Le procès du Carlton a entamé mardi à Lille, l'audition du "groupe des hôteliers", à commencer par René Kojfer, figure centrale, confronté au témoignage d'une ancienne prostituée.
Premier mis en examen, premier à s'avancer à la barre, René Kojfer est réputé être celui qui a fait le lien entre les différents cercles mis en cause dans cette affaire de proxénétisme impliquant quatorze prévenus, dont l'ancien directeur du FMI Dominique Strauss-Kahn.
René Kojfer est à l'époque chargé des relations publiques de l'hôtel de luxe, ainsi que d'un second établissement, l'hôtel des Tours.
C'est au cours de l'une de ses conversations téléphoniques, écoutées par la police, qu'est apparu pour la première fois le nom de DSK. Ce dernier, brièvement interrogé lundi, avait affirmé n'avoir jamais rencontré M. Kojfer, pas plus que le souteneur Dominique Alderweireld, alias Dodo la saumure, employeur en Belgique des filles ayant participé aux soirées libertines.

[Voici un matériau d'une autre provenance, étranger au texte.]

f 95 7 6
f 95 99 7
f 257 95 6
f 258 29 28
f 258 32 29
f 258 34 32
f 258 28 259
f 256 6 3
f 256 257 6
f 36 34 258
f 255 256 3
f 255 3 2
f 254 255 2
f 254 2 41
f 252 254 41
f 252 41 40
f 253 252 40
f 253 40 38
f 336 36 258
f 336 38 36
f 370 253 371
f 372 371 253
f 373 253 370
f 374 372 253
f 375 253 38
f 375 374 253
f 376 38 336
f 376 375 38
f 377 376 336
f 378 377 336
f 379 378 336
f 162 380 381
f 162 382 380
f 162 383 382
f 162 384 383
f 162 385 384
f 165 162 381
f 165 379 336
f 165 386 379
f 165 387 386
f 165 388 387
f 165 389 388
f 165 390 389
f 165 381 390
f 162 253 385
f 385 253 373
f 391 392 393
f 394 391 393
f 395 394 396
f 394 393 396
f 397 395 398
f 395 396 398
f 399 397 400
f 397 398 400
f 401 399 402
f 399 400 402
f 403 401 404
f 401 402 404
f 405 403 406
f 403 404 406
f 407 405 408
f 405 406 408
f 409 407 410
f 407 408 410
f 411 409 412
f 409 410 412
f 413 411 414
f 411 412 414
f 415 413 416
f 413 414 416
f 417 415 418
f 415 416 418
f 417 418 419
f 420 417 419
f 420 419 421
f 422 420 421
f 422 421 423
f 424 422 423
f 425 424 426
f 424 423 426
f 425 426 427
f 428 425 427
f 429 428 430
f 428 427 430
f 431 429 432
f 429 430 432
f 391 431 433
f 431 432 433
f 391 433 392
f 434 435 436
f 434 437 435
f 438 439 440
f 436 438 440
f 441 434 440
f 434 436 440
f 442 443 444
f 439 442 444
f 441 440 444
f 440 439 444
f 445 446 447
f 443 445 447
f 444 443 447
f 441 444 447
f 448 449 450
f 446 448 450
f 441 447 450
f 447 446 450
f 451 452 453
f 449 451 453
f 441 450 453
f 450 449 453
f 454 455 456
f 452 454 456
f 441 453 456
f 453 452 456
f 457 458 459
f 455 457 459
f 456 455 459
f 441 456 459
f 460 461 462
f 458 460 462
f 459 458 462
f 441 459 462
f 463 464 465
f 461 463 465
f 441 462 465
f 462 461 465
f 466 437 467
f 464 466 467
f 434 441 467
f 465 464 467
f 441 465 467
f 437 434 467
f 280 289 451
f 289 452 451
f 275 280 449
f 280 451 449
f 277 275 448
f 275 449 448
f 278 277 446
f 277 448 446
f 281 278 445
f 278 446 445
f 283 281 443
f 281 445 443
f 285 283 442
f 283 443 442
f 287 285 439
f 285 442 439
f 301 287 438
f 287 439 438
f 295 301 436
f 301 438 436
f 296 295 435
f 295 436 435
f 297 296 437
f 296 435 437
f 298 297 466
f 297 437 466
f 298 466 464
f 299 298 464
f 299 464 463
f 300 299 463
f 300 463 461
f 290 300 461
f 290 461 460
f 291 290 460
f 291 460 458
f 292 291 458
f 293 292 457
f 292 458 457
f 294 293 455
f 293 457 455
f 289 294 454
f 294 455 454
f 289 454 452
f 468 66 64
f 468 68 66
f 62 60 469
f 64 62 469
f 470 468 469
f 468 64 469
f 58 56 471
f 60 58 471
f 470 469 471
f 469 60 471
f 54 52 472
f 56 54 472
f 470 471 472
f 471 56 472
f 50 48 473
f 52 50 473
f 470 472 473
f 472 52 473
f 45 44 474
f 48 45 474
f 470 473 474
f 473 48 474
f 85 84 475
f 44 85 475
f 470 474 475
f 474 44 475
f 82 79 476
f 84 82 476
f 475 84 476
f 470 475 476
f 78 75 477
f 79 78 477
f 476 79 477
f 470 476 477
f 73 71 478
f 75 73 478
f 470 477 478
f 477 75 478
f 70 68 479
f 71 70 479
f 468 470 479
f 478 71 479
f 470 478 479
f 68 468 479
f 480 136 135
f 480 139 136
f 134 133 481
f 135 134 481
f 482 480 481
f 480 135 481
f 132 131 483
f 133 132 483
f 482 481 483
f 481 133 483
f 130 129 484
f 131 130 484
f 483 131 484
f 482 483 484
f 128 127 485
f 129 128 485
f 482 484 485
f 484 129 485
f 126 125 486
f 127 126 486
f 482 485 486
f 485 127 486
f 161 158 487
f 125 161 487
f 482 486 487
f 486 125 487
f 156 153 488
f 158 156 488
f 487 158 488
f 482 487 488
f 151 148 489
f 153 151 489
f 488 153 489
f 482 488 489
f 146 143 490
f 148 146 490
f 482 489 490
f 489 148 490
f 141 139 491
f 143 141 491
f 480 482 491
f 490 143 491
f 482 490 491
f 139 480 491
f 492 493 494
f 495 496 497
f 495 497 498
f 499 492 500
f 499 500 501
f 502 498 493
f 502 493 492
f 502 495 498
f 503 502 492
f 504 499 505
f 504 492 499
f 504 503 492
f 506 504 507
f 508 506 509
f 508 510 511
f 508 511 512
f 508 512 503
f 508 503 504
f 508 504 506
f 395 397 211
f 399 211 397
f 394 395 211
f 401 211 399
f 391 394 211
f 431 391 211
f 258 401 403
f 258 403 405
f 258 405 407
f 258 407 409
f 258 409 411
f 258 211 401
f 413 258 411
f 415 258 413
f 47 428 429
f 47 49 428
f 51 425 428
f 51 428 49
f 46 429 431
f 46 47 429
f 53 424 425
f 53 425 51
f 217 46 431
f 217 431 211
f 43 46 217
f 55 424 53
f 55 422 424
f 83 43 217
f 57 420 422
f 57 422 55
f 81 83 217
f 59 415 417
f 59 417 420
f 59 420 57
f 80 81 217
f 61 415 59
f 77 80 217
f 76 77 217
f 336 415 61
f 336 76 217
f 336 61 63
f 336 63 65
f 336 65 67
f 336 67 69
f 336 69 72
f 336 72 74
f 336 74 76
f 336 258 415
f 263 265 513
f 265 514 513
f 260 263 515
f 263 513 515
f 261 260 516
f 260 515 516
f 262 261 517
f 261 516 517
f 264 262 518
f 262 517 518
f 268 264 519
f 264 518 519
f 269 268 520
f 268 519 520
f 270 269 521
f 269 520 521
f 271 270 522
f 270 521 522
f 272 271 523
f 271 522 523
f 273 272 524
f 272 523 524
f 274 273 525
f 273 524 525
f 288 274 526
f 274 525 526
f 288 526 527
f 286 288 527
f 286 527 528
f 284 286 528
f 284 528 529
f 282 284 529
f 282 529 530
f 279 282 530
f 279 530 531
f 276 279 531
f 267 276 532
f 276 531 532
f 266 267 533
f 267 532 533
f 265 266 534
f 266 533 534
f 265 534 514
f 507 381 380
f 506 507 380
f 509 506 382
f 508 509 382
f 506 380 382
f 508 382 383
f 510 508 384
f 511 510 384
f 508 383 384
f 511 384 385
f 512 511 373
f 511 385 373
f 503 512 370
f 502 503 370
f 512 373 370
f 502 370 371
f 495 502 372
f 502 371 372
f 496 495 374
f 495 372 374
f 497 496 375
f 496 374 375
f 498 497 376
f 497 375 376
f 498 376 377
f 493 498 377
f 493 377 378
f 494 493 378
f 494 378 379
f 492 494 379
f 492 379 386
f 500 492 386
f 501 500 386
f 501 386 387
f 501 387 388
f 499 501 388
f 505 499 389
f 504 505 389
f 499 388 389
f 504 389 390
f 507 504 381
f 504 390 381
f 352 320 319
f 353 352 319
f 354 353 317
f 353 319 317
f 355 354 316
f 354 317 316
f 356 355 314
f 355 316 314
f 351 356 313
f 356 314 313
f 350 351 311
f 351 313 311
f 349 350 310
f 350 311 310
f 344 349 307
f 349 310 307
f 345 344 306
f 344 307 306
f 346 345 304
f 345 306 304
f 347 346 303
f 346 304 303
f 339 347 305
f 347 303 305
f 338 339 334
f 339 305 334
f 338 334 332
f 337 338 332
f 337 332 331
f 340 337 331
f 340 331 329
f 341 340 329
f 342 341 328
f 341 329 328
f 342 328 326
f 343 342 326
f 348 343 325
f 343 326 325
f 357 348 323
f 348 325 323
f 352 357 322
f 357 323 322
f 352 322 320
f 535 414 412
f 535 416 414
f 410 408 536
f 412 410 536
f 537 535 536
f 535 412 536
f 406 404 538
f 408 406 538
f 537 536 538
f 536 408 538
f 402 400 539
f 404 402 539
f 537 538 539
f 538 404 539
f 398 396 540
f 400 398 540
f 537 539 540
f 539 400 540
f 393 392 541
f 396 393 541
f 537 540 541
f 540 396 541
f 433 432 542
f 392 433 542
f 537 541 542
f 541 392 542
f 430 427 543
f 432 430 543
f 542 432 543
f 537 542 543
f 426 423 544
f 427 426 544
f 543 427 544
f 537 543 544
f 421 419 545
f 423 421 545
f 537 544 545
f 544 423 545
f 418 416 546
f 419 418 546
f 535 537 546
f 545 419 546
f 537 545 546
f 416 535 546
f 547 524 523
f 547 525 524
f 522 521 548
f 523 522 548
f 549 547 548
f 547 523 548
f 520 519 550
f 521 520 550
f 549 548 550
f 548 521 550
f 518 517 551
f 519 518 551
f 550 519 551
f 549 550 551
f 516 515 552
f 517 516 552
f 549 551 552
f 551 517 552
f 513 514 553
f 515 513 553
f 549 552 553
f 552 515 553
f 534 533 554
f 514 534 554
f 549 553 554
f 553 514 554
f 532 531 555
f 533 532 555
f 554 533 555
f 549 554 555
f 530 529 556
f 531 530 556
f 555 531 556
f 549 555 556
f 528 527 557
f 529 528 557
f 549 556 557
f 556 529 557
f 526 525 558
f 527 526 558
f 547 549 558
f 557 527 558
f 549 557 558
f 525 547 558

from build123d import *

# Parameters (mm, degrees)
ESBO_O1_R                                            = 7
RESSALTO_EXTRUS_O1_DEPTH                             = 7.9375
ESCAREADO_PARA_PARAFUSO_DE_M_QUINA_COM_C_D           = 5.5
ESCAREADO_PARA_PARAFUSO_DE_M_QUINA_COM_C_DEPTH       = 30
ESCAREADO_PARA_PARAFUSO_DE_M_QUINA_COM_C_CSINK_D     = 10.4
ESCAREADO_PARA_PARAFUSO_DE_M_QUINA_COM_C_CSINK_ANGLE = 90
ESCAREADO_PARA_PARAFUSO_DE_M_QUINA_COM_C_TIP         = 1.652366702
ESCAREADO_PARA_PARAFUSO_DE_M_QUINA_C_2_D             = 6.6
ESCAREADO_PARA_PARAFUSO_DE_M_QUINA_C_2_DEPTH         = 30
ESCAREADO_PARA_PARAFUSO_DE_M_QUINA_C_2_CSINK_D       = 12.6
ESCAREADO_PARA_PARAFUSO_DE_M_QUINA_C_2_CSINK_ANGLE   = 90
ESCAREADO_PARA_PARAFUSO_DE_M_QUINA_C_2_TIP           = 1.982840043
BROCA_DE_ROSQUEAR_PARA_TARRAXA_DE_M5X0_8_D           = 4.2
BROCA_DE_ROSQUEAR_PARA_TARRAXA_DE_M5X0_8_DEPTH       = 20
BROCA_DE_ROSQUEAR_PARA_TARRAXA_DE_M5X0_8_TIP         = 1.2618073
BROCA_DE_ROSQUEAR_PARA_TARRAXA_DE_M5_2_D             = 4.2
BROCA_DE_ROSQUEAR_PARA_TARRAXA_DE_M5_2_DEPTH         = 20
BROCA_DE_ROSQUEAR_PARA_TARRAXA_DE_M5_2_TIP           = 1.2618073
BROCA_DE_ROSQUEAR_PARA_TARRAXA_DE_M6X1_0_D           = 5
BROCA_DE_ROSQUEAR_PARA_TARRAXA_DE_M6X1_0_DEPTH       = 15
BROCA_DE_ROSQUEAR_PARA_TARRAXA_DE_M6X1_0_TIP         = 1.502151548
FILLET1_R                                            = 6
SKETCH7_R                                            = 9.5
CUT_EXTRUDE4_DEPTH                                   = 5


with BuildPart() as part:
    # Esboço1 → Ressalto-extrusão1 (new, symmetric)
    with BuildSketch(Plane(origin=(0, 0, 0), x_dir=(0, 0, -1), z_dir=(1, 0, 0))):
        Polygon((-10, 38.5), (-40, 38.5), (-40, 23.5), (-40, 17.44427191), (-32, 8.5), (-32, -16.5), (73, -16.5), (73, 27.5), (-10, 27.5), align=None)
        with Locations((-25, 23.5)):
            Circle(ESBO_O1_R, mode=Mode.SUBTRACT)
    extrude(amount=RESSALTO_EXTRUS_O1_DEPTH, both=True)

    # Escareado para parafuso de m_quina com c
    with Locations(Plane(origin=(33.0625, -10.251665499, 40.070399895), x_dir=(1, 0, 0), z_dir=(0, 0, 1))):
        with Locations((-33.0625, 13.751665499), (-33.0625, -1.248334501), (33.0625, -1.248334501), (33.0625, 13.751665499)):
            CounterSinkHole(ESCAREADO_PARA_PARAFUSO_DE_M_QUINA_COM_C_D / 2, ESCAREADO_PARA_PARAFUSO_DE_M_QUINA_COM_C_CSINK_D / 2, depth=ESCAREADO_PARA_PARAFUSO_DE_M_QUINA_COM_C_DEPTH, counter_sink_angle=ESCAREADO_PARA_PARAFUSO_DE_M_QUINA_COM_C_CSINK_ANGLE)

L'ancien directeur du FMI ne reviendra pas témoigner avant le milieu de la semaine prochaine, car le tribunal s'est attelé à compartimenter les différents volets de l'affaire.
En veste de costume noire, chemise à carreaux sombre, René Kojfer, 74 ans, n'entend pas bien à la barre. Son avocat lui répète souvent les questions. Le dialogue n'est pas toujours simple.
"Vous voulez vous faire passer aujourd'hui comme quelqu'un qui n'est pas très intelligent. Mais il est dit dans le dossier que vous êtes un malin", lance le procureur de la République Frédéric Fèvre.
- "Au téléphone, je parle beaucoup" -
René Kojfer est accusé de proxénétisme aggravé: non seulement d'avoir aidé ou assisté à la prostitution mais aussi d'avoir embauché des jeunes femmes et dans deux cas, d'en avoir tiré profit. On lui reproche d'avoir fait l'intermédiaire entre des prostituées et des clients du Carlton.
Ses amis le décrivent surtout comme pingre -- il se faisait souvent payer le déjeuner -- mais aussi comme "volubile, excentrique, une pièce de théâtre à lui tout seul". Pas vraiment la première impression qu'il donne à la barre du tribunal.
René Kojfer connaît le tout-Lille, de nombreux policiers notamment pour lequel il a pu faire "la chèvre" à une époque. "C'est vrai que vous étiez indic?", lui demande le président. "J'aime pas beaucoup ce mot-là. C'est une personne qui est dans le milieu, moi je ne fais pas partie du milieu", répond ce franc-maçon.
Il aime bien se vanter, semble-t-il, surtout au téléphone. "Je téléphone beaucoup oui. Au téléphone je parle beaucoup". Sourires dans le public.
A ses côtés, les autres "hôteliers", Francis Henrion, ancien directeur du Carlton, et Hervé Franchois, propriétaire de l'hôtel, qui doivent également répondre de proxénétisme aggravé.
Pour la première fois, une des anciennes prostituées s'exprime. Elle travaillait dans un établissement de Dodo la Saumure, est sortie aujourd'hui de la prostitution et voudrait laisser cette vie derrière elle, ce choix qui l'a brisée.
La parole assurée toutefois, elle raconte les rendez-vous avec Kojfer, Henrion et Franchois dans un appartement attenant à l'hôtel Carlton.
Qui étaient les donneurs d'ordre?, interroge le procureur. "Parfois la gérante du bar, parfois c'était Dodo, une fois c'était René", explique-t-elle.
"Quand il vous paie, c'est en qualité de prostituée?", insiste le procureur. "J'ai pas fait le ménage", réplique-t-elle.
Pourtant, elle ne présente pas d'animosité à l'égard des trois "hôteliers". "Ces gens étaient courtois", dit-elle. "Pour les autres je leur en veux précisément parce qu'ils m'ont présenté une personne publique", ajoute-t-elle avant d'être coupée par le président.
"Les autres", ce sont Fabrice Paszkowski et David Roquet, deux entrepreneurs locaux dont un au moins est proche de DSK. "La personne publique", devine-t-on, est celui dont on évite de prononcer le nom jusqu'à son apparition à la barre la semaine prochaine, Dominique Strauss-Kahn.